Hay algo que me llama la atención y es la actitud de los cuatro. Al pasar junto al grupo los policías hacen un gesto a los presos para que se pongan en el centro mientras ellos se colocan a su izquierda y derecha para controlarlos. Entonces siguen los cuatro en línea, muy unidos, cada uno bien metido en su papel: los policías custodian con atención a los presos camino de no se sabe dónde y los presos obedecen a las indicaciones y palabras de los policías sin ningún reparo. Al no verlos de frente no puedo comprobar si van esposados o no, pero seguro que lo que llevan encima es una ilusión desbordante. Lo que sí que veo es que los cuatro caminan felices, unidos y cada uno disfrutando de ser policía custodio o preso obediente.
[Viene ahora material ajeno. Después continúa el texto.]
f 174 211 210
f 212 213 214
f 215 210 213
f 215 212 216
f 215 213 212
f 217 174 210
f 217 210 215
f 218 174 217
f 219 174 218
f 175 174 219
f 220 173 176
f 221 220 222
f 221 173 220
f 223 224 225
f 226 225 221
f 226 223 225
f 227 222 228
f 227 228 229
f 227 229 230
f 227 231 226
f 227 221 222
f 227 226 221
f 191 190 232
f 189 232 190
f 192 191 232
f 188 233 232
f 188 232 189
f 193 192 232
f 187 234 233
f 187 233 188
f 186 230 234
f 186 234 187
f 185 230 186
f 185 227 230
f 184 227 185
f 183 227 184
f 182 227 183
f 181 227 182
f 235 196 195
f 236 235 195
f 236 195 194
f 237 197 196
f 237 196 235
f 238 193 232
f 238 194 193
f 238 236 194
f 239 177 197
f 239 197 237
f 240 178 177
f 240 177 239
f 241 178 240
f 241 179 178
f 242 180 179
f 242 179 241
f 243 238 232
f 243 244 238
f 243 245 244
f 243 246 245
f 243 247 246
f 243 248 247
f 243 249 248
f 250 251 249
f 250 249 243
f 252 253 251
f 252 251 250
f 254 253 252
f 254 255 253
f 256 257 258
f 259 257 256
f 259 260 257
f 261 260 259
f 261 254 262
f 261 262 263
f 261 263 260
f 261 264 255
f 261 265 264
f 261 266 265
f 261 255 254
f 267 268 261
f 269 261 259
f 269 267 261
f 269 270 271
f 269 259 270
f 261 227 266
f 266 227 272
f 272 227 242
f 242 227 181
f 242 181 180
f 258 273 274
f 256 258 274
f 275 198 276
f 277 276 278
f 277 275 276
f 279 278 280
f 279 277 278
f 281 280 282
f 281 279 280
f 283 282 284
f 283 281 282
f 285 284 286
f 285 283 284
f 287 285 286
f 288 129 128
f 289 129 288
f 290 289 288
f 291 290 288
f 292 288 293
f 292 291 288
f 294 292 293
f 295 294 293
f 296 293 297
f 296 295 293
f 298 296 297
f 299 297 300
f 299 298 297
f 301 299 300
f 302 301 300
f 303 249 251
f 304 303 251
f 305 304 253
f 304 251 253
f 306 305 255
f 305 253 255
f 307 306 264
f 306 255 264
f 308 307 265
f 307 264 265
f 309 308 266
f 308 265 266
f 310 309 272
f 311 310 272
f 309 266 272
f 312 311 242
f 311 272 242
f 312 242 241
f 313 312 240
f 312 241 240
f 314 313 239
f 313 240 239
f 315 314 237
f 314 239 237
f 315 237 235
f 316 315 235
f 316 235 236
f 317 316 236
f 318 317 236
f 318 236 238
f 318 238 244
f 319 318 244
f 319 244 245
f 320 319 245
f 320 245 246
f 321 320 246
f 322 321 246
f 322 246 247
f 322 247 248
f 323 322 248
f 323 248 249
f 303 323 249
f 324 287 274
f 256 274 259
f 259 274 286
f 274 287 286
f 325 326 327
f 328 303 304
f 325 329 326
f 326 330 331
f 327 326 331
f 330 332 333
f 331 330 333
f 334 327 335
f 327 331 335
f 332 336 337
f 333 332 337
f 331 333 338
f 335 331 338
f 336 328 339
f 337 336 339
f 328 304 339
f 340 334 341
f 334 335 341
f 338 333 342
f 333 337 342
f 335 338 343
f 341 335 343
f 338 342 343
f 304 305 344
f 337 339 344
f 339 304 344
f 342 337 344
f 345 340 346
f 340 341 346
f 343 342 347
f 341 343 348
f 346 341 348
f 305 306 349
Termina el encuentro entre amigos y vuelvo a Calahorra. Una vez cenado, en el silencio de la noche, me viene esa escena de la tarde y me doy cuenta que lo que esos jovenzuelos hacían era algo parecido a lo que el Señor nos pedía en el evangelio de la misa: “No hagáis frente al que os agravia; amad a vuestros enemigos; si saludáis solo a vuestros hermanos ¿qué hacéis de extraordinario?” (Mt 5,38-48). Y el que lleva a la práctica el evangelio y lo vive en primera persona busca y aspira a la santidad, que es a lo que estamos llamados. Entonces vuelvo a ese momento, a los cuatro amigos, a lo que hacen entre ellos, entre policías y presos, que no es lo más amistoso que puede haber en este mundo, pero cuando dejamos que la amistad junte lo que en apariencia no se puede unir con facilidad todo es posible. ¿Por qué? Pues porque el amor entre verdaderos amigos cambia todo y hace viables todas las realidades. No es normal que entre presos y policías haya paz, amor y saludos cordiales. Pero cuando nos metemos en un papel, en un rol, en un personaje, y lo hacemos entre amigos que nos queremos de verdad se puede llegar a ello.
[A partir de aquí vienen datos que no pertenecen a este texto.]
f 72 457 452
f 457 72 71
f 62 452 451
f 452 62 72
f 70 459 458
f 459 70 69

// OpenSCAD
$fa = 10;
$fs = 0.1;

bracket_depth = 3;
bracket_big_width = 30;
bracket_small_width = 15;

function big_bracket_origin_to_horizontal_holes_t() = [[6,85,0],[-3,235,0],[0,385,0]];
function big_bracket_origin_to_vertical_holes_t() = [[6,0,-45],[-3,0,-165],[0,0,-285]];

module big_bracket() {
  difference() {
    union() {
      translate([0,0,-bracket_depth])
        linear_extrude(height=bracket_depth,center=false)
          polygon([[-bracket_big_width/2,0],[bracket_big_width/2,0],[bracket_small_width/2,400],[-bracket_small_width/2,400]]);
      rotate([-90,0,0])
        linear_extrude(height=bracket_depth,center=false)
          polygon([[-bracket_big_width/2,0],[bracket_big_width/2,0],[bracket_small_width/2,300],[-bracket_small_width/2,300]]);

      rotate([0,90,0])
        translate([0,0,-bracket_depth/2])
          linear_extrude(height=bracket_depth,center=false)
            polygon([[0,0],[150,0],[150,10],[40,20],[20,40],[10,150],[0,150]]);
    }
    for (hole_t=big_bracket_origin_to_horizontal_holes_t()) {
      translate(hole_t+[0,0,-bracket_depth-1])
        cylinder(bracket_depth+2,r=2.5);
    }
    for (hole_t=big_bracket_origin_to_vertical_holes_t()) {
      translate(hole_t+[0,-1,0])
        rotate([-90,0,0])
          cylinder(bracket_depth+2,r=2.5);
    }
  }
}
A eso voy, a que hagamos las cosas por amor, por cercanía, por alegría, por estar en cada momento de nuestra vida unidos y no rebuscar las diferencias que nos separan y nos causan heridas. Lo importante es que procuremos siempre entre nosotros y entre aquellos que no nos caen tan bien, un modo de vida que nos ayude a ser santos: rechazar el agravio, amar a todos y no negar la palabra a nadie. Eso es lo que veo en esos chicos que son felices, que se quieren de corazón, que hablan entre ellos y que además se intuye que reina en esa unidad la alegría, la emoción y la paz.
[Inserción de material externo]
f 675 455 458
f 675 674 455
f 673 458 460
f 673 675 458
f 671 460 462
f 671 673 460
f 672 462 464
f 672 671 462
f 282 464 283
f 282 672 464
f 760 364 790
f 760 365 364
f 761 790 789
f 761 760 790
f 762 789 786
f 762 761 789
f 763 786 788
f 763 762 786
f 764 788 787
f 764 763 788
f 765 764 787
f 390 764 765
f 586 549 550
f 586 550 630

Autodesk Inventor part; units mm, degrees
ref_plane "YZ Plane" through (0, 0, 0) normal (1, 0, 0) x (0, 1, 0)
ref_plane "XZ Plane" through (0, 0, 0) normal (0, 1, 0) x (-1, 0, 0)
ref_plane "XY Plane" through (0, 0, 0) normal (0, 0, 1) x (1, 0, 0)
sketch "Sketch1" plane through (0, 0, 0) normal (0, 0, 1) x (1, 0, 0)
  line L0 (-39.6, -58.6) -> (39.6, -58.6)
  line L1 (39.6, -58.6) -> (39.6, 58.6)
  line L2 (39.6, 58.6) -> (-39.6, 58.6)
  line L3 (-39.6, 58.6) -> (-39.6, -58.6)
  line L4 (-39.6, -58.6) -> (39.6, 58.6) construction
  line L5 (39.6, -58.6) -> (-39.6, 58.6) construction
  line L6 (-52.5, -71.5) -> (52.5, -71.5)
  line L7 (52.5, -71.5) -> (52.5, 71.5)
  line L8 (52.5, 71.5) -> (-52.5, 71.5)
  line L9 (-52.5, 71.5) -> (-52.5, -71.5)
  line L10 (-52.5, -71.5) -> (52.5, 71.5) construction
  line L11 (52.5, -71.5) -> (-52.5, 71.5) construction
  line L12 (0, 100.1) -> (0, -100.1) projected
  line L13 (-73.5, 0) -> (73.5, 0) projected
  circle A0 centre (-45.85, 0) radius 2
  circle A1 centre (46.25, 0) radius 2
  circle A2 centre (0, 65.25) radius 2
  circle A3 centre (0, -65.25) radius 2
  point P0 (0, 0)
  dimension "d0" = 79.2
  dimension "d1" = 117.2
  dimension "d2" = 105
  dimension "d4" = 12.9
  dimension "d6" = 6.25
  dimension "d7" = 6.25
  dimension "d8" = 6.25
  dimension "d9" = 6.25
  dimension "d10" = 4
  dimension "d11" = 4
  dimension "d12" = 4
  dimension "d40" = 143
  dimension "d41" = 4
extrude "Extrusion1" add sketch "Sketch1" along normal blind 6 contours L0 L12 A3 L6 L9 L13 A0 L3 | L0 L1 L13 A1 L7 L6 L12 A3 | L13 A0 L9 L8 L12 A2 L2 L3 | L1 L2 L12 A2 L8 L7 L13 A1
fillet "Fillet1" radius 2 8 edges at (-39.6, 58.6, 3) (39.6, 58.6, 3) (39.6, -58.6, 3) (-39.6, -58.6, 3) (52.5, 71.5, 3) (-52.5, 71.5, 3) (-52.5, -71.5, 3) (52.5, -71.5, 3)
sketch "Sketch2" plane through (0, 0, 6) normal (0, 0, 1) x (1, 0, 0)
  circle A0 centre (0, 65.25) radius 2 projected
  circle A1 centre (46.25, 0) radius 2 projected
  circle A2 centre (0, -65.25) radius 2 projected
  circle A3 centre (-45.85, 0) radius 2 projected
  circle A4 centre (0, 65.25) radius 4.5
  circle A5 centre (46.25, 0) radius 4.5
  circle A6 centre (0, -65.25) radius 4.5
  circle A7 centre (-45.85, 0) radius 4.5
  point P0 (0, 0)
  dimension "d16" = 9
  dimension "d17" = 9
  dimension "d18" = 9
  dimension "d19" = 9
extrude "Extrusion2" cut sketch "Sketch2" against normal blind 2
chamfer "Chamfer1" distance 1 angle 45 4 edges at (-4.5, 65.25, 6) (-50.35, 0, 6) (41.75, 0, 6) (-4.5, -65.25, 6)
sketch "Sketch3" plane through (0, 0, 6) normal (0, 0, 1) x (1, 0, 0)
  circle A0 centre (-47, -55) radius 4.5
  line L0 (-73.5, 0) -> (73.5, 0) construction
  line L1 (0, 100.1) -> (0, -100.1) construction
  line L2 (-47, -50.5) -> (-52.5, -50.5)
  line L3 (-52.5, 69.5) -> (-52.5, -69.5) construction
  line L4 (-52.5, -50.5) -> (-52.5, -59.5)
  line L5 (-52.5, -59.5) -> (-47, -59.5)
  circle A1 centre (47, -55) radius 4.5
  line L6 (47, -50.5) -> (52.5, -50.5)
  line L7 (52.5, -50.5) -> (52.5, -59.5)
Estos cuatro amigos nos dan una lección. No andan desunidos ni revueltos, sin llevar un orden, de cualquier manera dando igual el lugar que ocupan; sino que van en línea, bien colocados, cada uno en su puesto correspondiente y lo que es lo más significativo, van unidos en la amistad, que es la que cohesiona todo. Lo que más importa destacar es que nos muestran que lo que habita en ellos es el amor sincero, íntimo e intenso que nos pide Cristo para caminar junto a Él a pesar de ser “enemigos enfrentados y comunes” como los policías y presos.